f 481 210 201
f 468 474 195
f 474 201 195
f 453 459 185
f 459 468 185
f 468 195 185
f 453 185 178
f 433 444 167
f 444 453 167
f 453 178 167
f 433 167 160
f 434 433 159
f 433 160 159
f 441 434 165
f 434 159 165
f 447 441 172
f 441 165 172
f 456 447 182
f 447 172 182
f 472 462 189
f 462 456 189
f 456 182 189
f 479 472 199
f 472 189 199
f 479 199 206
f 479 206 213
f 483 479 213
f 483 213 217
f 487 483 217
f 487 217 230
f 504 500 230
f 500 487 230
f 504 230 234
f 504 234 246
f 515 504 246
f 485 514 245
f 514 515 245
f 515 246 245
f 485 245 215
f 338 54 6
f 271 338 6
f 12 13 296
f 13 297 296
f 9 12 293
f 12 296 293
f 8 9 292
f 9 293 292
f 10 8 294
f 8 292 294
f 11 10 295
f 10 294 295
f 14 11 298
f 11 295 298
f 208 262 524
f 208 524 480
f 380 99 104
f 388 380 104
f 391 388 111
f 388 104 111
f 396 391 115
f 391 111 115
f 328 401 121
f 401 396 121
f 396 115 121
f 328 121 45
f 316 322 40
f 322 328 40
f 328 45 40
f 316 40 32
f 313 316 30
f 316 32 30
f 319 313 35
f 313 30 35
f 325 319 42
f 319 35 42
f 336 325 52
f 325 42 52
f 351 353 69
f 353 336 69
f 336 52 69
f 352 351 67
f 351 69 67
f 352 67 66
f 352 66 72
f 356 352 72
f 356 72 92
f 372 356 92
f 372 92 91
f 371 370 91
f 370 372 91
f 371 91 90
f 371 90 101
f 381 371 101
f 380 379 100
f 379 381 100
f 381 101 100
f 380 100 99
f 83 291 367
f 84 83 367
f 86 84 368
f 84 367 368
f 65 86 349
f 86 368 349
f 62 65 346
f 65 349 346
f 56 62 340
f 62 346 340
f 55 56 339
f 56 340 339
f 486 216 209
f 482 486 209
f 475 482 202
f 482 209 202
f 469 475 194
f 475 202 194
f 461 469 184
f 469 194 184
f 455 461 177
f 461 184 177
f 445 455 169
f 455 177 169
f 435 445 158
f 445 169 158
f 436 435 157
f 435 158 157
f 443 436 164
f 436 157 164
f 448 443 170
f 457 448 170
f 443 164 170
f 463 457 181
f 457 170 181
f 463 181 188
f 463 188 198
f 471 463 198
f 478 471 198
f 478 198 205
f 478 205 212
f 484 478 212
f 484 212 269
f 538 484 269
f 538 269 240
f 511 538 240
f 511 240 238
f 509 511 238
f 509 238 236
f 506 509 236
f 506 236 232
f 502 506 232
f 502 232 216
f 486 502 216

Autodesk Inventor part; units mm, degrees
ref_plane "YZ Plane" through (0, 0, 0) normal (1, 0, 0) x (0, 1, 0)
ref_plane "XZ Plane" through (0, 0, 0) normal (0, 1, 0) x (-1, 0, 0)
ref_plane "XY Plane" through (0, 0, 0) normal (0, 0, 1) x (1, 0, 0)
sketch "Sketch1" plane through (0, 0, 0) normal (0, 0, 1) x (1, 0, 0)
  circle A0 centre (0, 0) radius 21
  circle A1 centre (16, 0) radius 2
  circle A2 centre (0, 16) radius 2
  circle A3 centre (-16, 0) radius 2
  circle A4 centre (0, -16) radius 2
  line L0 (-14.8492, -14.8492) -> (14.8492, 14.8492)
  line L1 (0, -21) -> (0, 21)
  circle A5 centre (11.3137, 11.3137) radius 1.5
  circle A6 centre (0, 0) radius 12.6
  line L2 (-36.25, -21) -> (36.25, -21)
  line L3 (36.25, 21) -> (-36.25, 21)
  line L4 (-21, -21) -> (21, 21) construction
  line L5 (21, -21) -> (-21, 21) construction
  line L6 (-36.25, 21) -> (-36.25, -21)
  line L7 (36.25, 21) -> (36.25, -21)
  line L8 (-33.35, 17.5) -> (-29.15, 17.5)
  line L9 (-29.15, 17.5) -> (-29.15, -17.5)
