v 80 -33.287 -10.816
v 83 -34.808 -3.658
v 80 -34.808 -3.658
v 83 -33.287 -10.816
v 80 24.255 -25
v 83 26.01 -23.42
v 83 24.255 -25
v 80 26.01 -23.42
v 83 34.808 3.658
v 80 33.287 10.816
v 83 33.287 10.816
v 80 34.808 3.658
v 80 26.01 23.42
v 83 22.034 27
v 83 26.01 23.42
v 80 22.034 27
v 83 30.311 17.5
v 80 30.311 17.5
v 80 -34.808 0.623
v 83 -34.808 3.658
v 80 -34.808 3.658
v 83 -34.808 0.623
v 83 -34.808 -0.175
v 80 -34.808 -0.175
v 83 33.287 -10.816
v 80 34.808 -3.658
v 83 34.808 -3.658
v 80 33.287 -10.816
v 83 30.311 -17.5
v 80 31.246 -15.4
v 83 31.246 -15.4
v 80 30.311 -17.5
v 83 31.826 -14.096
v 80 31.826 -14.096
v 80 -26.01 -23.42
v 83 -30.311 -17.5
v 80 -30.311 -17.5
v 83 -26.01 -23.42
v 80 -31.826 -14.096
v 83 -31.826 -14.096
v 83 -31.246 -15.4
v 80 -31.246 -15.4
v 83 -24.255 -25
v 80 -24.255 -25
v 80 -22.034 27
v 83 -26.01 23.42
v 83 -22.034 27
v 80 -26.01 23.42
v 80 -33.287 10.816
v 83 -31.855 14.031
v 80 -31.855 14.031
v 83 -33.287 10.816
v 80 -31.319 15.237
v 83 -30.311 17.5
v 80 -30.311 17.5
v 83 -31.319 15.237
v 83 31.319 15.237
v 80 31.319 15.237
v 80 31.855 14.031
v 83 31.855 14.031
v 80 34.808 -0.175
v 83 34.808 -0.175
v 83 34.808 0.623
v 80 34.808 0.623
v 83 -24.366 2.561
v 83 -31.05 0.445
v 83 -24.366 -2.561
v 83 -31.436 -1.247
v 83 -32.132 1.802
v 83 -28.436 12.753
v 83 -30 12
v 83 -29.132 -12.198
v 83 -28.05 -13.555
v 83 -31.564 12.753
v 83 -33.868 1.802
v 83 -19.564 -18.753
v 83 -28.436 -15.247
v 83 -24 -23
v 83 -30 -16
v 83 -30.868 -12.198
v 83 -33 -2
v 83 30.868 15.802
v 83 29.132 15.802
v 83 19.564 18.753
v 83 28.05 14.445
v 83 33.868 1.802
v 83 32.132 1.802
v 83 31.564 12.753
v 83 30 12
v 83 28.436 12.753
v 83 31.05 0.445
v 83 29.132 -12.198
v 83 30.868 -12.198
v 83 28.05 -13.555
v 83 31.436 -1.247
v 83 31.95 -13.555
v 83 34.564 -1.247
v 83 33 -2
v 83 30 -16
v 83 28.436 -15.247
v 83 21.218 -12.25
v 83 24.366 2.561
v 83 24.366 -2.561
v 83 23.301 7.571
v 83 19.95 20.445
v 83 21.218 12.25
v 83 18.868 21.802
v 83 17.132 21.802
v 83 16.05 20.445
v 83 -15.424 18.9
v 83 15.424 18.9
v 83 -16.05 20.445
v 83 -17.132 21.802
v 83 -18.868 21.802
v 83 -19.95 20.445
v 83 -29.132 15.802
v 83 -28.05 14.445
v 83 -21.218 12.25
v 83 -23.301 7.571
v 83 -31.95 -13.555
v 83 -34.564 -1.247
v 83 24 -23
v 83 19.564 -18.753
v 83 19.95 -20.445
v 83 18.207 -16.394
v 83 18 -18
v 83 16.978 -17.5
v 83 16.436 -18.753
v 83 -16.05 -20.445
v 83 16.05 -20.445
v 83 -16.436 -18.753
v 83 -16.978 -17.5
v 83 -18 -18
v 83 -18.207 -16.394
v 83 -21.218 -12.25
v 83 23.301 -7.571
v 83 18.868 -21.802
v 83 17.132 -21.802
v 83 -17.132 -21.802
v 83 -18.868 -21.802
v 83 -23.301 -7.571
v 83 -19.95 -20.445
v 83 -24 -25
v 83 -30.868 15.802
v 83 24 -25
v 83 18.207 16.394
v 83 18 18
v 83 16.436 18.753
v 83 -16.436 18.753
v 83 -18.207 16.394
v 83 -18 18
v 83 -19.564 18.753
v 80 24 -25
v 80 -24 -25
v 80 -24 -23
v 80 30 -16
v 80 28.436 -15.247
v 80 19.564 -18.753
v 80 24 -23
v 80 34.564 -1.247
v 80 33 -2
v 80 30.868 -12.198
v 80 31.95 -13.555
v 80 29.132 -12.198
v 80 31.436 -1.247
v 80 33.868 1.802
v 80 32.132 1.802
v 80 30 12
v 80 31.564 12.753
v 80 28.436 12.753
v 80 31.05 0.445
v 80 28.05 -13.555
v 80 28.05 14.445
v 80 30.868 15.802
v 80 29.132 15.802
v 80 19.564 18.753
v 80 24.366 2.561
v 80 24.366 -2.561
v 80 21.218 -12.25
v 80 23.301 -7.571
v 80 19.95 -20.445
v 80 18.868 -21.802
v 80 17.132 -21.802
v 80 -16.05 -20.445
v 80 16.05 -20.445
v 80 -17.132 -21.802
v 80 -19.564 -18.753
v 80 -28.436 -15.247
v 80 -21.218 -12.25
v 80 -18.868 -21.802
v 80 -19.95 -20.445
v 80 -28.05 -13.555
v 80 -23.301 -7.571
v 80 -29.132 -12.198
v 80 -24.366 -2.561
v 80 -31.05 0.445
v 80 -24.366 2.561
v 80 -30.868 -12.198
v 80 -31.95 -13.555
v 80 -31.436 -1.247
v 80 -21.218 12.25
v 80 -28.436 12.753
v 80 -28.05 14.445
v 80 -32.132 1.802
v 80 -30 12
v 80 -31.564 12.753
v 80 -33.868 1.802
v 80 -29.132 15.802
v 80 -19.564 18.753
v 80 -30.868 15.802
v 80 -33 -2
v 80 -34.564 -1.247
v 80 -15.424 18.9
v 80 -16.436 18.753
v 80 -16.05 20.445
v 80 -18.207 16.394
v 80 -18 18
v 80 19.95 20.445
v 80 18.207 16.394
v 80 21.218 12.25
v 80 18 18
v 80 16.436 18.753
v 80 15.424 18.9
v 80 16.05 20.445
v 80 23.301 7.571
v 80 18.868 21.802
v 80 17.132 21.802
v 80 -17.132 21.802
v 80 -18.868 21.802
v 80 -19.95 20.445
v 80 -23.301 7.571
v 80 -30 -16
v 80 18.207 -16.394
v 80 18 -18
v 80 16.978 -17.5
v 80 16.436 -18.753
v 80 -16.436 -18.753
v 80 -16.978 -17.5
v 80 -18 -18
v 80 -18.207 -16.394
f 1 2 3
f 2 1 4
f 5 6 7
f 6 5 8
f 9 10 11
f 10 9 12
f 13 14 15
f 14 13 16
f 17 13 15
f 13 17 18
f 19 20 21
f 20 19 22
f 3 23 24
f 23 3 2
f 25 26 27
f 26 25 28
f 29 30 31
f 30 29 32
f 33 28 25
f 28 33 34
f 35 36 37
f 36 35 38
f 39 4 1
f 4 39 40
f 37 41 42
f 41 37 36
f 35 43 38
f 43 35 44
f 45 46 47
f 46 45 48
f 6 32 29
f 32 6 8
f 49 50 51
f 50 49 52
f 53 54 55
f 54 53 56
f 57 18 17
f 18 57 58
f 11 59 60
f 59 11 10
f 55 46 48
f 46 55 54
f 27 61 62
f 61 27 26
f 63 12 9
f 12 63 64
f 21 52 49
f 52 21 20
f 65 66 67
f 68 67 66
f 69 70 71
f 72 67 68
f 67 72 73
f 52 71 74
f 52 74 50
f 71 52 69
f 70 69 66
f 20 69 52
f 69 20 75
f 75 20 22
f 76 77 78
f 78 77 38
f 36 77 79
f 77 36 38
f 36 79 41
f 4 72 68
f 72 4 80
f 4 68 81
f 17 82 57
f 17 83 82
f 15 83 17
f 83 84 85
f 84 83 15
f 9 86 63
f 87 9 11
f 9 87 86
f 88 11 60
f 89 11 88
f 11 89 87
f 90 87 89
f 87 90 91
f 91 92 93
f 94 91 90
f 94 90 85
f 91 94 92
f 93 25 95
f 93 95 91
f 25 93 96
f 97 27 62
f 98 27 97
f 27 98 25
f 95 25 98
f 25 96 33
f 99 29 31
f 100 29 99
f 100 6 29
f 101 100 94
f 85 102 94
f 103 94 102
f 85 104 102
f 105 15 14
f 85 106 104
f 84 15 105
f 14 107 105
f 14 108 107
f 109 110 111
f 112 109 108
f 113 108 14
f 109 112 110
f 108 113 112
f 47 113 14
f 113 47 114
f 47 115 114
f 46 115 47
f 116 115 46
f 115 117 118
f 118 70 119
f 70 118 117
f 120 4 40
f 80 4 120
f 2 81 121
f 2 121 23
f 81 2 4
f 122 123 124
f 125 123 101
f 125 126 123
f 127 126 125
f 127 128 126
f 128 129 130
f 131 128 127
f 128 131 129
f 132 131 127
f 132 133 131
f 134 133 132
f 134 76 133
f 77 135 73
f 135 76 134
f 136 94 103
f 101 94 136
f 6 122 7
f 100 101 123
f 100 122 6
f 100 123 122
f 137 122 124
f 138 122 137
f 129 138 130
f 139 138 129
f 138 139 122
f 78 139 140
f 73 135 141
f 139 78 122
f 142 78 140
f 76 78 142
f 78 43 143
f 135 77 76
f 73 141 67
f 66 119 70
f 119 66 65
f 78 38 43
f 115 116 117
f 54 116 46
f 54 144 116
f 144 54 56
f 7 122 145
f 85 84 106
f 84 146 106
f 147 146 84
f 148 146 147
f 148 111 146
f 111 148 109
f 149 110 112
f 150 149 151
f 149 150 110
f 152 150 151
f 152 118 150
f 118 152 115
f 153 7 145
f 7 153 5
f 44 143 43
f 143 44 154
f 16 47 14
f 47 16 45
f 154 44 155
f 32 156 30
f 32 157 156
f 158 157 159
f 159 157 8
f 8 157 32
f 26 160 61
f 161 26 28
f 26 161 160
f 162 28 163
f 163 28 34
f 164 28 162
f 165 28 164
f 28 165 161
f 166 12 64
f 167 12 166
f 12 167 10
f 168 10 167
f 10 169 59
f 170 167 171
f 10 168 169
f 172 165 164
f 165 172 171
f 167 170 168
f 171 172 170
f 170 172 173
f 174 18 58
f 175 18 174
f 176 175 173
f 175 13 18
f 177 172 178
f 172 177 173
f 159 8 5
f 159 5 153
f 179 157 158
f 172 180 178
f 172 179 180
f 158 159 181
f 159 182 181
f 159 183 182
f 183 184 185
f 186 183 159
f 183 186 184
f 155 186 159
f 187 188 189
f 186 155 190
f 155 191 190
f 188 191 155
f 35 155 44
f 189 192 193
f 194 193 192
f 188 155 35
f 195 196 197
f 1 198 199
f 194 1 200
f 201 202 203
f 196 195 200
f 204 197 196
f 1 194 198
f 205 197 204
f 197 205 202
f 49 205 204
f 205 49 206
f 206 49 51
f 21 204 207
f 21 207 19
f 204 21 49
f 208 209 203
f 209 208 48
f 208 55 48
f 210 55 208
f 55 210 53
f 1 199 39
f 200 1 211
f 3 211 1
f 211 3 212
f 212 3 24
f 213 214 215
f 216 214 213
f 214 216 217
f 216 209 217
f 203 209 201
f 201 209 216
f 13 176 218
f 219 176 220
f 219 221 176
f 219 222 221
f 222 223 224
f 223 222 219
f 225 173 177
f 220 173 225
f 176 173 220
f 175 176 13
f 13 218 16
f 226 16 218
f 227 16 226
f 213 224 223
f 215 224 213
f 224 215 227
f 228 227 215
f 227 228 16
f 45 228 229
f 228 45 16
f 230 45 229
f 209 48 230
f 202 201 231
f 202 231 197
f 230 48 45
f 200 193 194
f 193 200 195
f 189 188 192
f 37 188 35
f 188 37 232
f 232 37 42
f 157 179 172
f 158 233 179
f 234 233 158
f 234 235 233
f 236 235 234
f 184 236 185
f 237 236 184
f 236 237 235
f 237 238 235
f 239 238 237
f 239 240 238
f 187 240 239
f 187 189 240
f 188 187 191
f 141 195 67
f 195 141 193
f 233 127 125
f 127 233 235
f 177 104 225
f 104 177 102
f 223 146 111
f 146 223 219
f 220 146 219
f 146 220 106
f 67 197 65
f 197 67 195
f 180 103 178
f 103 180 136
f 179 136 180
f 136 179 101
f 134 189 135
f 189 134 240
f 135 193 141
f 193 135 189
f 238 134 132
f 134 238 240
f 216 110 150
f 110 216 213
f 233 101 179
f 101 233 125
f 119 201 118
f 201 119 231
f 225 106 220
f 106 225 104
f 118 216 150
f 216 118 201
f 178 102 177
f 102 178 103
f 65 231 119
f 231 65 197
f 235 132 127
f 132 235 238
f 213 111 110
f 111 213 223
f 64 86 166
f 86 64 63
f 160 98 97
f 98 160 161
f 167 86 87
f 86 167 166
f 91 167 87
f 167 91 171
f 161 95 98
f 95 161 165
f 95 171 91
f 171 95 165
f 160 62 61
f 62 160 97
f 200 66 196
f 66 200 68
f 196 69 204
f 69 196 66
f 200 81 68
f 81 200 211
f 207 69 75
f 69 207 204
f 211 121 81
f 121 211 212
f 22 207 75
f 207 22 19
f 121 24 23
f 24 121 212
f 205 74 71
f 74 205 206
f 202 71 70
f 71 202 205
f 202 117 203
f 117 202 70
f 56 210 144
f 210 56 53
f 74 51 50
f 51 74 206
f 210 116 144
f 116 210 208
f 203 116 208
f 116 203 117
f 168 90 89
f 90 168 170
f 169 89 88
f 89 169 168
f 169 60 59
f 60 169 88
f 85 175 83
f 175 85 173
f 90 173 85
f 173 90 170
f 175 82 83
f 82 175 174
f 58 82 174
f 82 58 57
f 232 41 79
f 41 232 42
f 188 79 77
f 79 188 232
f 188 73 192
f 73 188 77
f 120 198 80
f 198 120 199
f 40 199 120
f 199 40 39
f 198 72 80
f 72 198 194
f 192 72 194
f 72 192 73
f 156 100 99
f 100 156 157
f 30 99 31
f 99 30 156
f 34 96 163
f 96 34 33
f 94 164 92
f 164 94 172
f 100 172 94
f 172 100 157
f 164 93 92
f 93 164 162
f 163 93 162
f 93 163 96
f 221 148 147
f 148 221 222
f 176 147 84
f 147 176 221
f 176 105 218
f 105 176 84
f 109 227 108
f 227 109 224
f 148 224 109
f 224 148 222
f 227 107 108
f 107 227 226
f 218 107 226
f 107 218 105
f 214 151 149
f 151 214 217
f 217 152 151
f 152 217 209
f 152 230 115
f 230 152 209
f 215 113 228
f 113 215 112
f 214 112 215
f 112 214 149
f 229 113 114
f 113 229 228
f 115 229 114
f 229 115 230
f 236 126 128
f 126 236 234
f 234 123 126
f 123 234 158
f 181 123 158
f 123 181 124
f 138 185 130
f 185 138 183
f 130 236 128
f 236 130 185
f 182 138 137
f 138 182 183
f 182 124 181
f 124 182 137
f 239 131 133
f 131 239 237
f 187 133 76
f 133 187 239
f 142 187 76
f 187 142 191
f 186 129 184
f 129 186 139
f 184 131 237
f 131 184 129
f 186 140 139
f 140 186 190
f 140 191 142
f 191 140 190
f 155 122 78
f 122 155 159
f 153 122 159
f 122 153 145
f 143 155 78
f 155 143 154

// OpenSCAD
// file: rib.scad
module solid_rib(){
scale(0.42)
linear_extrude(file = "rib/NACA_4415_circles_lighter.dxf",
height = 10, convexity = 10
);
}


module rib(rod_leading,rod_trailing){
difference(){
solid_rib();
translate([12,11,-1])
cylinder(r=rod_leading/2,h=100);

translate([146,5,-1])
cylinder(r=rod_trailing/2,h=100);

}
}

rib(8,6);
// file: right_wing.scad
 
use<rib.scad>;
use <left_wing.scad>



module vrib(){
rotate([90,0,0])
rib(8,6);
}

module rods_right_wing(){

mirror([0,1,0])
rods_left_wing();

}

module right_wing(){
mirror([0,1,0])
left_wing();

}

right_wing();
// file: left_wing.scad
 
use<rib.scad>;

module vrib(){
rotate([90,0,0])
rib(8,6);
}

module rods_left_wing(){

translate([0,-52,0]){
// Rods
translate([0,50,0])
rotate([90,0,0])
translate([12,11,14])
cylinder(r=9/2,h=840);

translate([0,50,0])
rotate([90,0,0])
translate([146,5,14])
cylinder(r=7/2,h=840);

}
}

module left_wing(){

rods_left_wing();

translate([0,-52,0]){


// Ribs
for(i=[0:6])
translate([0,-i*((850-50)/6),0])vrib();
}

}

left_wing();
// file: wings_support.scad
use <wings.scad>;

module rod_supports(){
  difference(){
  union(){
  translate([19+0.5,-24+4+0.5,25]) cube([155-8-30-1,40-1,5]);

  translate([19+0.5-18,-24+4+0.5-10,30]) cube([155-8-30-1+36,40-1+20,18]);
  }
  union(){
    rods_both_wings();
    translate([19.5,-20.5,33]) cube([155-8-30-1,40-1,50]);
    rotate([0,3,0]) translate([19+0.5-18,-24+4+0.5-10,49]) cube([155-8-30-1+36,40-1+20,18]);
  }
  }
}


  //both_wings();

# # # # # # #

Find each line in the material above that carries the string "construction", and copy it.

  line L4 (-21, -21) -> (21, 21) construction
  line L5 (21, -21) -> (-21, 21) construction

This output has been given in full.